2. The centrifugal compressor according to claim 1, wherein the
lightening hole is a through hole penetrating from the external
radial surface through to the back surface.
3. The centrifugal compressor according to claim 1, wherein a
length of each lightening hole of the hub in a circumferential
direction thereof is equal to or less than half of a length of the
positive pressure surface and the negative pressure surface in the
circumferential direction.
4. The centrifugal compressor according to claim 1, wherein the
blade has a first blade extending from one side of the external
radial surface to the other side of the external radial surface and
a second blade extending from a radially middle portion of the
external radial surface toward the other side of the external
radial surface, and the lightening hole is provided closer to the
positive pressure surface of the first blade than the negative
pressure surface of the first blade and closer to the positive
pressure surface of the second blade than the negative pressure
surface of the second blade.
Description
[0001] This nonprovisional application is based on Japanese Patent
Application No. 2020-164959 filed on Sep. 30, 2020 with the Japan
Patent Office, the entire contents of which are hereby incorporated
by reference.
BACKGROUND OF THE INVENTION
Field of the Invention
[0002] The present invention relates to a centrifugal
compressor.
Description of the Background Art
[0003] For example, Japanese Patent Laid-Open No. 2009-133267
discloses a centrifugal compressor including an impeller. The
impeller in the centrifugal compressor has a hub having an external
radial surface and a back surface, and a plurality of blades. The
hub is provided with a through hole formed therethrough between the
external radial surface and the back surface. The through hole
reduces the impeller's moment of inertia.
SUMMARY OF THE INVENTION
[0004] The centrifugal compressor described in Japanese Patent
Laid-Open No. 2009-133267 has room for improvement in distribution
of stress generated in the hub when the impeller rotates.

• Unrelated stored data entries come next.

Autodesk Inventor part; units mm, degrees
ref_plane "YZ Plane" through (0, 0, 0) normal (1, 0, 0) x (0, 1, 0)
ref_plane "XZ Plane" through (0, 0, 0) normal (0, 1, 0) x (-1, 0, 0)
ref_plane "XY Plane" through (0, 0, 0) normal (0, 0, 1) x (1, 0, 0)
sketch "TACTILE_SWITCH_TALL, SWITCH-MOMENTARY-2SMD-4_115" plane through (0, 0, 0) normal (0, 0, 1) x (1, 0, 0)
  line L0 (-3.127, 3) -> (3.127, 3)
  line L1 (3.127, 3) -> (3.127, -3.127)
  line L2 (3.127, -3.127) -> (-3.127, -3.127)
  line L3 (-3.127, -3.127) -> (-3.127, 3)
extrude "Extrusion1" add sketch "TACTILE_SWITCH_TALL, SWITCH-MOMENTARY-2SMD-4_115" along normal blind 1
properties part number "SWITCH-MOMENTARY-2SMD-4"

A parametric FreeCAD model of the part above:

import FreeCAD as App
import Part
import Sketcher
Q = App.Units.Quantity

doc = App.newDocument("Part")
params = doc.addObject("Spreadsheet::Sheet", "Params")
for row, (alias, value) in enumerate([
    ("pad1_length", "1 mm"),
], start=1):
    params.set(f"A{row}", alias)
    params.set(f"B{row}", "=" + value)
    params.setAlias(f"B{row}", alias)

body = doc.addObject("PartDesign::Body", "Body")

sketch1 = body.newObject("Sketcher::SketchObject", "Sketch")
sketch1.AttachmentSupport = (doc.getObject("XY_Plane"), [""])
sketch1.MapMode = "FlatFace"
sketch1.addGeometry(Part.LineSegment(App.Vector(3, 3, 0), App.Vector(-3, 3, 0)), False)
sketch1.addGeometry(Part.LineSegment(App.Vector(-3, 3, 0), App.Vector(-3, -3, 0)), False)
sketch1.addGeometry(Part.LineSegment(App.Vector(-3, -3, 0), App.Vector(3, -3, 0)), False)
sketch1.addGeometry(Part.LineSegment(App.Vector(3, -3, 0), App.Vector(3, 3, 0)), False)
sketch1.addConstraint(Sketcher.Constraint("Coincident", 0, 2, 1, 1))
sketch1.addConstraint(Sketcher.Constraint("Coincident", 1, 2, 2, 1))
sketch1.addConstraint(Sketcher.Constraint("Coincident", 2, 2, 3, 1))
sketch1.addConstraint(Sketcher.Constraint("Coincident", 3, 2, 0, 1))
sketch1.addConstraint(Sketcher.Constraint("Horizontal", 0))
sketch1.addConstraint(Sketcher.Constraint("Vertical", 1))
sketch1.addConstraint(Sketcher.Constraint("Horizontal", 2))
sketch1.addConstraint(Sketcher.Constraint("Vertical", 3))
sketch1.addConstraint(Sketcher.Constraint("DistanceY", -1, 1, 0, 2, Q("3 mm")))
sketch1.addConstraint(Sketcher.Constraint("DistanceX", 0, 2, 0, 1, Q("6.254 mm")))
sketch1.addConstraint(Sketcher.Constraint("DistanceY", 1, 2, 1, 1, Q("6.127 mm")))
sketch1.addConstraint(Sketcher.Constraint("DistanceX", 0, 2, -1, 1, Q("3.127 mm")))
pad1 = body.newObject("PartDesign::Pad", "Pad")
pad1.Profile = sketch1
pad1.setExpression("Length", "Params.pad1_length")

doc.recompute()
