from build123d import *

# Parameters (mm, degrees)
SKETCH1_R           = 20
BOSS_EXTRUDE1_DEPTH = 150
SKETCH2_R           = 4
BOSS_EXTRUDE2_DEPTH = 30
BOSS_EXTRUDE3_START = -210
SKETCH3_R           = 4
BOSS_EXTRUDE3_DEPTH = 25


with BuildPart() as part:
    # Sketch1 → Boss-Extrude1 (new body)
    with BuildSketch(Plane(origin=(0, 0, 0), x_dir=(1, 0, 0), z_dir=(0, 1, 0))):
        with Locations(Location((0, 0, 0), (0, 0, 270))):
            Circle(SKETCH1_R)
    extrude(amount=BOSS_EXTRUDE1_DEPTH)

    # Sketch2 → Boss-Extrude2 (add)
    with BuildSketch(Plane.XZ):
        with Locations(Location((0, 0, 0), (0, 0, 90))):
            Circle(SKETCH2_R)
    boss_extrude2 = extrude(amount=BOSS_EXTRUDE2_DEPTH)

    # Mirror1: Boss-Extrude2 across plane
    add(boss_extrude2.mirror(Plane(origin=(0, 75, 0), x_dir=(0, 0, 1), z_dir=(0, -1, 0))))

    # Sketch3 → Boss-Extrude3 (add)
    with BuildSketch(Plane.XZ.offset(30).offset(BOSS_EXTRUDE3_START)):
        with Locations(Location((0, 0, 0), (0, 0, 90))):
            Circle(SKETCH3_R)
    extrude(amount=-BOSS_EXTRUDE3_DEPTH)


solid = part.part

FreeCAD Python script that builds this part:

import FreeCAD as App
import Part
import Sketcher
from FreeCAD import Vector

doc = App.newDocument("Part")
params = doc.addObject("Spreadsheet::Sheet", "Params")
for row, (alias, value) in enumerate([
    ("sketch1_diameter", "40 mm"),
    ("pad1_length", "150 mm"),
    ("sketch2_diameter", "8 mm"),
    ("pad2_length", "30 mm"),
    ("sketch3_diameter", "8 mm"),
    ("pad3_length", "25 mm"),
], start=1):
    params.set(f"A{row}", alias)
    params.set(f"B{row}", "=" + value)
    params.setAlias(f"B{row}", alias)

body = doc.addObject("PartDesign::Body", "Body")

# Sketch on XZ plane
sketch1 = body.newObject("Sketcher::SketchObject", "Sketch")
sketch1.AttachmentSupport = (doc.getObject("XZ_Plane"), [""])
sketch1.MapMode = "FlatFace"
sketch1.addGeometry(Part.Circle(Vector(0, 0, 0), Vector(0, 0, 1), 20), False)
sketch1.addConstraint([
    Sketcher.Constraint("Coincident", 0, 3, -1, 1),
    Sketcher.Constraint("Diameter", 0, 40.0),
])
sketch1.setExpression("Constraints[1]", "Params.sketch1_diameter")
pad1 = body.newObject("PartDesign::Pad", "Pad")
pad1.Profile = sketch1
pad1.setExpression("Length", "Params.pad1_length")
pad1.Reversed = True

# Sketch on XZ plane
sketch2 = body.newObject("Sketcher::SketchObject", "Sketch001")
sketch2.AttachmentSupport = (doc.getObject("XZ_Plane"), [""])
sketch2.MapMode = "FlatFace"
sketch2.addGeometry(Part.Circle(Vector(0, 0, 0), Vector(0, 0, 1), 4), False)
sketch2.addConstraint([
    Sketcher.Constraint("Coincident", 0, 3, -1, 1),
    Sketcher.Constraint("Diameter", 0, 8.0),
])
sketch2.setExpression("Constraints[1]", "Params.sketch2_diameter")
pad2 = body.newObject("PartDesign::Pad", "Pad001")
pad2.Profile = sketch2
pad2.setExpression("Length", "Params.pad2_length")
doc.recompute()

datumplane = body.newObject("PartDesign::Plane", "DatumPlane")
datumplane.AttachmentSupport = (doc.getObject("XZ_Plane"), [""])
datumplane.MapMode = "FlatFace"
datumplane.AttachmentOffset = App.Placement(Vector(0, 0, -75), App.Rotation())
mirrored = body.newObject("PartDesign::Mirrored", "Mirrored")
mirrored.Originals = [pad2]
mirrored.MirrorPlane = (datumplane, [""])
body.Tip = mirrored

# Sketch on XZ plane
sketch3 = body.newObject("Sketcher::SketchObject", "Sketch002")
sketch3.AttachmentSupport = (doc.getObject("XZ_Plane"), [""])
sketch3.MapMode = "FlatFace"
sketch3.AttachmentOffset = App.Placement(Vector(0, 0, -180), App.Rotation())
sketch3.addGeometry(Part.Circle(Vector(0, 0, 0), Vector(0, 0, 1), 4), False)
sketch3.addConstraint([
    Sketcher.Constraint("Coincident", 0, 3, -1, 1),
    Sketcher.Constraint("Diameter", 0, 8.0),
])
sketch3.setExpression("Constraints[1]", "Params.sketch3_diameter")
pad3 = body.newObject("PartDesign::Pad", "Pad002")
pad3.Profile = sketch3
pad3.setExpression("Length", "Params.pad3_length")
pad3.Reversed = True

doc.recompute()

[0005] An object of the present invention is to provide a
centrifugal compressor that can coestablish reduction in moment of
inertia of an impeller and suppression of uneven distribution of
stress caused to a hub.
[0006] A centrifugal compressor according to an aspect of the
present invention is a centrifugal compressor comprising a rotation
shaft and an impeller fixed to the rotation shaft and rotating
together with the rotation shaft, the impeller including a hub
having an external radial surface having a shape gradually
increasing in diameter from one side of the rotation shaft toward
the other side of the rotation shaft and a back surface formed on
the other side of the rotation shaft, and a plurality of blades
provided on the external radial surface of the hub, the plurality
of blades each having a positive pressure surface and a negative
pressure surface extending from one side of the external radial
surface toward the other side of the external radial surface, and
being of a positive pressure and a negative pressure, respectively,
when the impeller rotates, the hub having a lightening hole that
opens to the external radial surface between the positive pressure
surface and the negative pressure surface, the lightening hole
being closer to the positive pressure surface of the blade than the
negative pressure surface of the blade.
[0007] The foregoing and other objects, features, aspects and
advantages of the present invention will become more apparent from
the following detailed description of the present invention when
taken in conjunction with the accompanying drawings.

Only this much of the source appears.